Task directions >> Using the records below, repeat exactly the lines from the one holding "v -1.011 -2.149 -4.2" through the one holding "f 110 108 111", both ends included, and no others.

Data excerpts >>
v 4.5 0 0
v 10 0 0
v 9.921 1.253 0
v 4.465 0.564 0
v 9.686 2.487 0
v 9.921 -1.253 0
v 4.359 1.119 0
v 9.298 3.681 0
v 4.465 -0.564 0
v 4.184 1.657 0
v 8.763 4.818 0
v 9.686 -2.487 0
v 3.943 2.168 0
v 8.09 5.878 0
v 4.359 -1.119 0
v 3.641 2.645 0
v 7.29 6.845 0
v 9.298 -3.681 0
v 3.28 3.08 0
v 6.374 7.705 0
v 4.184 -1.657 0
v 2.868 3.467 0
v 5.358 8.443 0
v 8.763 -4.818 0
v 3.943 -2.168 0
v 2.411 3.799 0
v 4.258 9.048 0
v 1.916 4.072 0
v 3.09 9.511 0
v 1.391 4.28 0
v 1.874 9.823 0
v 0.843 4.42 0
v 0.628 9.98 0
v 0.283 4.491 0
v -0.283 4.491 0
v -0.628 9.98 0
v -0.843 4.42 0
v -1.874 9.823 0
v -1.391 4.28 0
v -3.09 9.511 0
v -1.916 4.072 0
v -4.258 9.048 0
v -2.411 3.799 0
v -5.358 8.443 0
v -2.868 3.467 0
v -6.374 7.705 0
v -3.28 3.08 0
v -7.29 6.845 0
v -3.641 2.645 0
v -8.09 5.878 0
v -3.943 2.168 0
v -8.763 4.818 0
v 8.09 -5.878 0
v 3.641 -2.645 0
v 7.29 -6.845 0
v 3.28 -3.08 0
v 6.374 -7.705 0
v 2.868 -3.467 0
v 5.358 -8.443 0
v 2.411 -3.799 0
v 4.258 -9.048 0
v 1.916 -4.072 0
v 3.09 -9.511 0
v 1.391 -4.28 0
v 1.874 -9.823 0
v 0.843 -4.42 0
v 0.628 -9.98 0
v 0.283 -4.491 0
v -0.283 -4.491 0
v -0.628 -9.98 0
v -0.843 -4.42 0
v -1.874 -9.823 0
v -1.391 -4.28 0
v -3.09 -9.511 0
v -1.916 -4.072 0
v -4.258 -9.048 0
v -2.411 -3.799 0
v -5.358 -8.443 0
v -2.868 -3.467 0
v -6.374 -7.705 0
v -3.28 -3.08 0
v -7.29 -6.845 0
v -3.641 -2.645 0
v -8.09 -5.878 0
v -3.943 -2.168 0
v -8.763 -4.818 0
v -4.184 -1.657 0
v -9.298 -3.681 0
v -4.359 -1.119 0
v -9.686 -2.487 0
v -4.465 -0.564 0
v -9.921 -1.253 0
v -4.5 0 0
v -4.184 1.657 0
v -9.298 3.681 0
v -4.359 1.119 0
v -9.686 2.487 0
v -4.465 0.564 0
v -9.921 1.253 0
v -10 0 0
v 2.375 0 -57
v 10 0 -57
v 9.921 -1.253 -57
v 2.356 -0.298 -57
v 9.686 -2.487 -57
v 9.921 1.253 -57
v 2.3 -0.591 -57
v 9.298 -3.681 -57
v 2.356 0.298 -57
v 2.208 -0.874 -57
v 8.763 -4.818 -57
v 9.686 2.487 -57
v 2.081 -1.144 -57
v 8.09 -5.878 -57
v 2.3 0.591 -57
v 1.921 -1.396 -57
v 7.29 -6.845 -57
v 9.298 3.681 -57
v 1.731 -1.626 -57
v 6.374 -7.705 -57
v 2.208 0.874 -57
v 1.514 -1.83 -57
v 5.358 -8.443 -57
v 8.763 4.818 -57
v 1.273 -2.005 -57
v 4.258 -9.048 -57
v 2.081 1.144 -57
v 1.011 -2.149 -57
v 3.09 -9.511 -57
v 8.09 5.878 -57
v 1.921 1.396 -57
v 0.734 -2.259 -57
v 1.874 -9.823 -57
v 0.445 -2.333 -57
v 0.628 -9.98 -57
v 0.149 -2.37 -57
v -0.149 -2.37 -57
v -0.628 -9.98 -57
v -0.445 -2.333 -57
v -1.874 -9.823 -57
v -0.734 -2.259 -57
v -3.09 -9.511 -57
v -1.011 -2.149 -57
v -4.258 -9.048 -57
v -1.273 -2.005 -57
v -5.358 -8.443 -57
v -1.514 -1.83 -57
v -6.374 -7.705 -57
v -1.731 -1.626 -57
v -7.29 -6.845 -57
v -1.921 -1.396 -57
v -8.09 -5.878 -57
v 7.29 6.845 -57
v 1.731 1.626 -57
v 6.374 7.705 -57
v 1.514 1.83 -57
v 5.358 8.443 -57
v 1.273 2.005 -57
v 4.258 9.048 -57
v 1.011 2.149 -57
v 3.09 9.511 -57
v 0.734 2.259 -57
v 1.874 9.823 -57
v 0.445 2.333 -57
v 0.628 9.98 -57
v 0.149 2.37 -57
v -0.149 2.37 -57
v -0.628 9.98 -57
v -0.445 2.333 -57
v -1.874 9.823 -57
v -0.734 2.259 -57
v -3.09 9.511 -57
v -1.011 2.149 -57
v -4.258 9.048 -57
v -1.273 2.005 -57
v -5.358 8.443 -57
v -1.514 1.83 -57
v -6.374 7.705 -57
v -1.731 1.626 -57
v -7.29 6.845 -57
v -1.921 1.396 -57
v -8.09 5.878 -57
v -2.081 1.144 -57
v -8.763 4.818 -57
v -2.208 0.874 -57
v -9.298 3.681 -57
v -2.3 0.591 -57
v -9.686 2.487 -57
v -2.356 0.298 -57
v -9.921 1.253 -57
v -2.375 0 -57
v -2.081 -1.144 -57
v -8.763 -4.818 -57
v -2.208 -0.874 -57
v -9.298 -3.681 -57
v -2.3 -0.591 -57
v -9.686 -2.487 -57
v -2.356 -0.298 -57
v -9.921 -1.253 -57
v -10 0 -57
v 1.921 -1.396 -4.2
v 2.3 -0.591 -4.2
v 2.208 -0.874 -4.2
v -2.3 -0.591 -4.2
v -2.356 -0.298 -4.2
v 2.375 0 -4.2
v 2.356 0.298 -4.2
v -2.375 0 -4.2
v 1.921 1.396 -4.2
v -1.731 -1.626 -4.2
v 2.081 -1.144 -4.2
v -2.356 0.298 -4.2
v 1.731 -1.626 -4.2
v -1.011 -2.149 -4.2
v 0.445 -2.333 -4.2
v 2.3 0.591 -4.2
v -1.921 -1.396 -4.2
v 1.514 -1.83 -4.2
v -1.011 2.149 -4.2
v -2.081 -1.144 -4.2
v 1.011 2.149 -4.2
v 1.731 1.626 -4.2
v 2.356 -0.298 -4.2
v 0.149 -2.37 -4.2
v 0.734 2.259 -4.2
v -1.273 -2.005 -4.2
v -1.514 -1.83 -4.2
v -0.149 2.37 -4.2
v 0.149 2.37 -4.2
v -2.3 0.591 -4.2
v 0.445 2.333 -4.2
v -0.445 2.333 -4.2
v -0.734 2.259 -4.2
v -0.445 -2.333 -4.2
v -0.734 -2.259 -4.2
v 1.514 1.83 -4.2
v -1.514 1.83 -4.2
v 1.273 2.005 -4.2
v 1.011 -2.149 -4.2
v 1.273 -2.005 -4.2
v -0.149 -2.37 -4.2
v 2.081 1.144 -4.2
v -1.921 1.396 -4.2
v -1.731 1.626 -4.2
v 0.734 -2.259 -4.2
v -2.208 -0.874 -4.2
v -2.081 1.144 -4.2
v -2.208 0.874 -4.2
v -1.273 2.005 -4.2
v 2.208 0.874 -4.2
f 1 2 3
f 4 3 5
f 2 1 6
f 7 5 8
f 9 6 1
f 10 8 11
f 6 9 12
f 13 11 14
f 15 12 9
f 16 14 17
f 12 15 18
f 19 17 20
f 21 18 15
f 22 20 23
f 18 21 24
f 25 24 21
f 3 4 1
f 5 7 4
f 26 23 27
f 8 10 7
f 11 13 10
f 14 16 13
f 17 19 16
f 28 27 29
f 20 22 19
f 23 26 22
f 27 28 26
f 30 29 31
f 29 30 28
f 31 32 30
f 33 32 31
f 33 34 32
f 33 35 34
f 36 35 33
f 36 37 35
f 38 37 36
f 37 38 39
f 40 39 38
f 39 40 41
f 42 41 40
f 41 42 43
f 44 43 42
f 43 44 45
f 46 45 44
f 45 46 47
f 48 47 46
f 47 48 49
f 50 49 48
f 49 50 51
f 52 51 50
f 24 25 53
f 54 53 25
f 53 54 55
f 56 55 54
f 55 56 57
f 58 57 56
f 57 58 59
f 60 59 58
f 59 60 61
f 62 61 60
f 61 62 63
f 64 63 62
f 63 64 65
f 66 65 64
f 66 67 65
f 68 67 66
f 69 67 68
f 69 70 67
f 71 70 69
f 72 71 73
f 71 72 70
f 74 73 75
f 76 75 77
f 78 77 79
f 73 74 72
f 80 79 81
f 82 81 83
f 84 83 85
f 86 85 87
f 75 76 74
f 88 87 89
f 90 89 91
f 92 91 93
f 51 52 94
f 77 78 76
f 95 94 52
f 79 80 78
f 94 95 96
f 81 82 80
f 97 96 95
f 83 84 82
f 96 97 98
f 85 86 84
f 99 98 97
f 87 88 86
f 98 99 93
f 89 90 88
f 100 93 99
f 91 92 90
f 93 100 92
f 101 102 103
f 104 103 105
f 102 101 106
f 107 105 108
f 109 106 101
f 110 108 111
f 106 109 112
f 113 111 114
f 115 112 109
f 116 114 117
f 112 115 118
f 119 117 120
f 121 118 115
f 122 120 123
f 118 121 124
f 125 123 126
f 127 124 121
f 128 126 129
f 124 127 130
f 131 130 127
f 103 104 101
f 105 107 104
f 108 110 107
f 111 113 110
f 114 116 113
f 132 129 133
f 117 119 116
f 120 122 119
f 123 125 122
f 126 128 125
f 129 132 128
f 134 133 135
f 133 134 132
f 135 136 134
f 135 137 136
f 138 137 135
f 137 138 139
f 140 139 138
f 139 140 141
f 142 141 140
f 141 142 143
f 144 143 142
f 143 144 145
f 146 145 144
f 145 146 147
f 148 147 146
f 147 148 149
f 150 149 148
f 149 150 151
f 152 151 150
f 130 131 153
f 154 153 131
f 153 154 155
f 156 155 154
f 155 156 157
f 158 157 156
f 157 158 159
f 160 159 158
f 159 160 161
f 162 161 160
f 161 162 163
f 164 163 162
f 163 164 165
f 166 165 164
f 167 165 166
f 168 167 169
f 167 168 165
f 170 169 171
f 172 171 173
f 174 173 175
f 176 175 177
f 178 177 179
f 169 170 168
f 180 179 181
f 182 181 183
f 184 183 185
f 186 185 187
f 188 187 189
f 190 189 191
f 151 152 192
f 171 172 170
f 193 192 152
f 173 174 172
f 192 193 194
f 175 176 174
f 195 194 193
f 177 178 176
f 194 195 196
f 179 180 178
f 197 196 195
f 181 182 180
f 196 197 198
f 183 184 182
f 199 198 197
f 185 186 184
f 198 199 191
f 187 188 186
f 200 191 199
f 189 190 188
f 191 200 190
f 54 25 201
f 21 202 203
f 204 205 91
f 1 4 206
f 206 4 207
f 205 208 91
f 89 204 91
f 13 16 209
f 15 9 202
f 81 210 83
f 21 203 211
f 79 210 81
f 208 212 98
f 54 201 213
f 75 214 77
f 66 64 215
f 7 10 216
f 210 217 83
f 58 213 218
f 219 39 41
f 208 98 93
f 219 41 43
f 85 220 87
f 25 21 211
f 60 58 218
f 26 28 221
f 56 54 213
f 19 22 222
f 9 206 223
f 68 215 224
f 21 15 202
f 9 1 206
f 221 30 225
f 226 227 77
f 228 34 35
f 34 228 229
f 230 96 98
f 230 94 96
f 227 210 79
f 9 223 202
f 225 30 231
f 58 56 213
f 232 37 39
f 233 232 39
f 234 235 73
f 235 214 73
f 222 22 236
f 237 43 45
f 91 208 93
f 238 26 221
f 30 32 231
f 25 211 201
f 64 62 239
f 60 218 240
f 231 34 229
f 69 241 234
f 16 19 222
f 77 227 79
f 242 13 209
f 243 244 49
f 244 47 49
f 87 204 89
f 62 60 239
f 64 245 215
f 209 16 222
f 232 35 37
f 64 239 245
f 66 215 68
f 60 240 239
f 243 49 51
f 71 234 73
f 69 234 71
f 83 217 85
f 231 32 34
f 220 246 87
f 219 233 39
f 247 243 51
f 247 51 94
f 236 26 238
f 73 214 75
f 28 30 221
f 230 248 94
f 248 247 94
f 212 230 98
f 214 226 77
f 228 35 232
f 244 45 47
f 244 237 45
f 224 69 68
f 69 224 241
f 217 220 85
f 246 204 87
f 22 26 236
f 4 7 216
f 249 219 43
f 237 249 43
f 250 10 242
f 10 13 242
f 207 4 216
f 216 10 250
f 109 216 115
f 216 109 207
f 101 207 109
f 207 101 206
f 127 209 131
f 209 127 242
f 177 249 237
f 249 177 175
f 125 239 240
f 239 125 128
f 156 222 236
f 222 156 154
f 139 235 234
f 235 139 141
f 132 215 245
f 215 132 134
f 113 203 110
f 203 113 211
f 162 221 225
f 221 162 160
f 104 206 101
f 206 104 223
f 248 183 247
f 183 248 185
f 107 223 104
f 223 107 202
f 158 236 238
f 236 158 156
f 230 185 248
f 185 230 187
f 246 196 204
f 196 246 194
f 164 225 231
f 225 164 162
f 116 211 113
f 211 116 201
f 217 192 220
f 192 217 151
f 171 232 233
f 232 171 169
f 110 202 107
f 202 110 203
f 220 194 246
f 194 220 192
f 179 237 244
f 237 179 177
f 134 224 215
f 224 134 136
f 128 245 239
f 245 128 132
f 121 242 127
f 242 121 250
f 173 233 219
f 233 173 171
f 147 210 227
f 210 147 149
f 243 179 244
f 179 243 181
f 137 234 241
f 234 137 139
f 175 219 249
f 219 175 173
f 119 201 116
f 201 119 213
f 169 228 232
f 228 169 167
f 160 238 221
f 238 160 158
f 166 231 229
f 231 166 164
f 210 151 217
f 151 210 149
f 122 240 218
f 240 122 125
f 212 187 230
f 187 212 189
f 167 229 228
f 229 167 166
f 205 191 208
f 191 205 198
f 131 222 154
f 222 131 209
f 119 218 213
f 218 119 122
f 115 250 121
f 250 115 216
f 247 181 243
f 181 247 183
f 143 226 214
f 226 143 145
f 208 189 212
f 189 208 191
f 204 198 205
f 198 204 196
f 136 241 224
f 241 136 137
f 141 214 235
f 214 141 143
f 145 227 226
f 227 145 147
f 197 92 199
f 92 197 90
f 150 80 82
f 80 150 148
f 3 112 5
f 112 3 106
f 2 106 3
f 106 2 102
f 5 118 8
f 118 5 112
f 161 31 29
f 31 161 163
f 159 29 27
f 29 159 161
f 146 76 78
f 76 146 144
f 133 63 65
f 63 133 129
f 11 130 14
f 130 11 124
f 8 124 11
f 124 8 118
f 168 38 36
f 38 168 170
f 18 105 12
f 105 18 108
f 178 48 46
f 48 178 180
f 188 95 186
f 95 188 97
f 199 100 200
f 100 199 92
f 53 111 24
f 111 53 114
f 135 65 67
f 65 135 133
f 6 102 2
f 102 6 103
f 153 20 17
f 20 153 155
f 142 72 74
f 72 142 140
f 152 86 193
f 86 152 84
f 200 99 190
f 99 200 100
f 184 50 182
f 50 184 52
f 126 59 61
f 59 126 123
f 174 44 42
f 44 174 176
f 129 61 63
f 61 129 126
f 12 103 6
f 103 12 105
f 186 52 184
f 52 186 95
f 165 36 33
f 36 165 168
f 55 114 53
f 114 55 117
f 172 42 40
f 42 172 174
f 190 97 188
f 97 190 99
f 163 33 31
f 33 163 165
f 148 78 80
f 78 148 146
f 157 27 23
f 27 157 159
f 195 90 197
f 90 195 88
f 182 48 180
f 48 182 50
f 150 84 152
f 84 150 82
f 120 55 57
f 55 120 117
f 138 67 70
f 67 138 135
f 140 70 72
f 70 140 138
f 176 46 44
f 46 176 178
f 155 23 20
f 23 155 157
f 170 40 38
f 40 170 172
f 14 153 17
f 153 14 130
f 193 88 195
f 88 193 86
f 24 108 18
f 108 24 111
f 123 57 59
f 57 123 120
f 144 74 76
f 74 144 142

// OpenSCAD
$fn = 50;


difference() {
	union() {
		translate(v = [0, 0, -57.0000000000]) {
			cylinder(h = 57, r = 10.0000000000);
		}
		cylinder(h = 0, r = 20.0000000000);
	}
	union() {
		translate(v = [0, 0, 0]) {
			rotate(a = [0, 0, 0]) {
				difference() {
					union() {
						#translate(v = [0, 0, -57.0000000000]) {
							cylinder(h = 57, r = 2.2500000000);
						}
						#translate(v = [0, 0, -4.2000000000]) {
							cylinder(h = 4.2000000000, r1 = 2.3750000000, r2 = 4.5000000000);
						}
						#translate(v = [0, 0, -57.0000000000]) {
							cylinder(h = 57, r = 2.3750000000);
						}
						#translate(v = [0, 0, -57.0000000000]) {
							cylinder(h = 57, r = 2.2500000000);
						}
					}
					union();
				}
			}
		}
	}
}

Result below >>
v -1.011 -2.149 -4.2
v 0.445 -2.333 -4.2
v 2.3 0.591 -4.2
v -1.921 -1.396 -4.2
v 1.514 -1.83 -4.2
v -1.011 2.149 -4.2
v -2.081 -1.144 -4.2
v 1.011 2.149 -4.2
v 1.731 1.626 -4.2
v 2.356 -0.298 -4.2
v 0.149 -2.37 -4.2
v 0.734 2.259 -4.2
v -1.273 -2.005 -4.2
v -1.514 -1.83 -4.2
v -0.149 2.37 -4.2
v 0.149 2.37 -4.2
v -2.3 0.591 -4.2
v 0.445 2.333 -4.2
v -0.445 2.333 -4.2
v -0.734 2.259 -4.2
v -0.445 -2.333 -4.2
v -0.734 -2.259 -4.2
v 1.514 1.83 -4.2
v -1.514 1.83 -4.2
v 1.273 2.005 -4.2
v 1.011 -2.149 -4.2
v 1.273 -2.005 -4.2
v -0.149 -2.37 -4.2
v 2.081 1.144 -4.2
v -1.921 1.396 -4.2
v -1.731 1.626 -4.2
v 0.734 -2.259 -4.2
v -2.208 -0.874 -4.2
v -2.081 1.144 -4.2
v -2.208 0.874 -4.2
v -1.273 2.005 -4.2
v 2.208 0.874 -4.2
f 1 2 3
f 4 3 5
f 2 1 6
f 7 5 8
f 9 6 1
f 10 8 11
f 6 9 12
f 13 11 14
f 15 12 9
f 16 14 17
f 12 15 18
f 19 17 20
f 21 18 15
f 22 20 23
f 18 21 24
f 25 24 21
f 3 4 1
f 5 7 4
f 26 23 27
f 8 10 7
f 11 13 10
f 14 16 13
f 17 19 16
f 28 27 29
f 20 22 19
f 23 26 22
f 27 28 26
f 30 29 31
f 29 30 28
f 31 32 30
f 33 32 31
f 33 34 32
f 33 35 34
f 36 35 33
f 36 37 35
f 38 37 36
f 37 38 39
f 40 39 38
f 39 40 41
f 42 41 40
f 41 42 43
f 44 43 42
f 43 44 45
f 46 45 44
f 45 46 47
f 48 47 46
f 47 48 49
f 50 49 48
f 49 50 51
f 52 51 50
f 24 25 53
f 54 53 25
f 53 54 55
f 56 55 54
f 55 56 57
f 58 57 56
f 57 58 59
f 60 59 58
f 59 60 61
f 62 61 60
f 61 62 63
f 64 63 62
f 63 64 65
f 66 65 64
f 66 67 65
f 68 67 66
f 69 67 68
f 69 70 67
f 71 70 69
f 72 71 73
f 71 72 70
f 74 73 75
f 76 75 77
f 78 77 79
f 73 74 72
f 80 79 81
f 82 81 83
f 84 83 85
f 86 85 87
f 75 76 74
f 88 87 89
f 90 89 91
f 92 91 93
f 51 52 94
f 77 78 76
f 95 94 52
f 79 80 78
f 94 95 96
f 81 82 80
f 97 96 95
f 83 84 82
f 96 97 98
f 85 86 84
f 99 98 97
f 87 88 86
f 98 99 93
f 89 90 88
f 100 93 99
f 91 92 90
f 93 100 92
f 101 102 103
f 104 103 105
f 102 101 106
f 107 105 108
f 109 106 101
f 110 108 111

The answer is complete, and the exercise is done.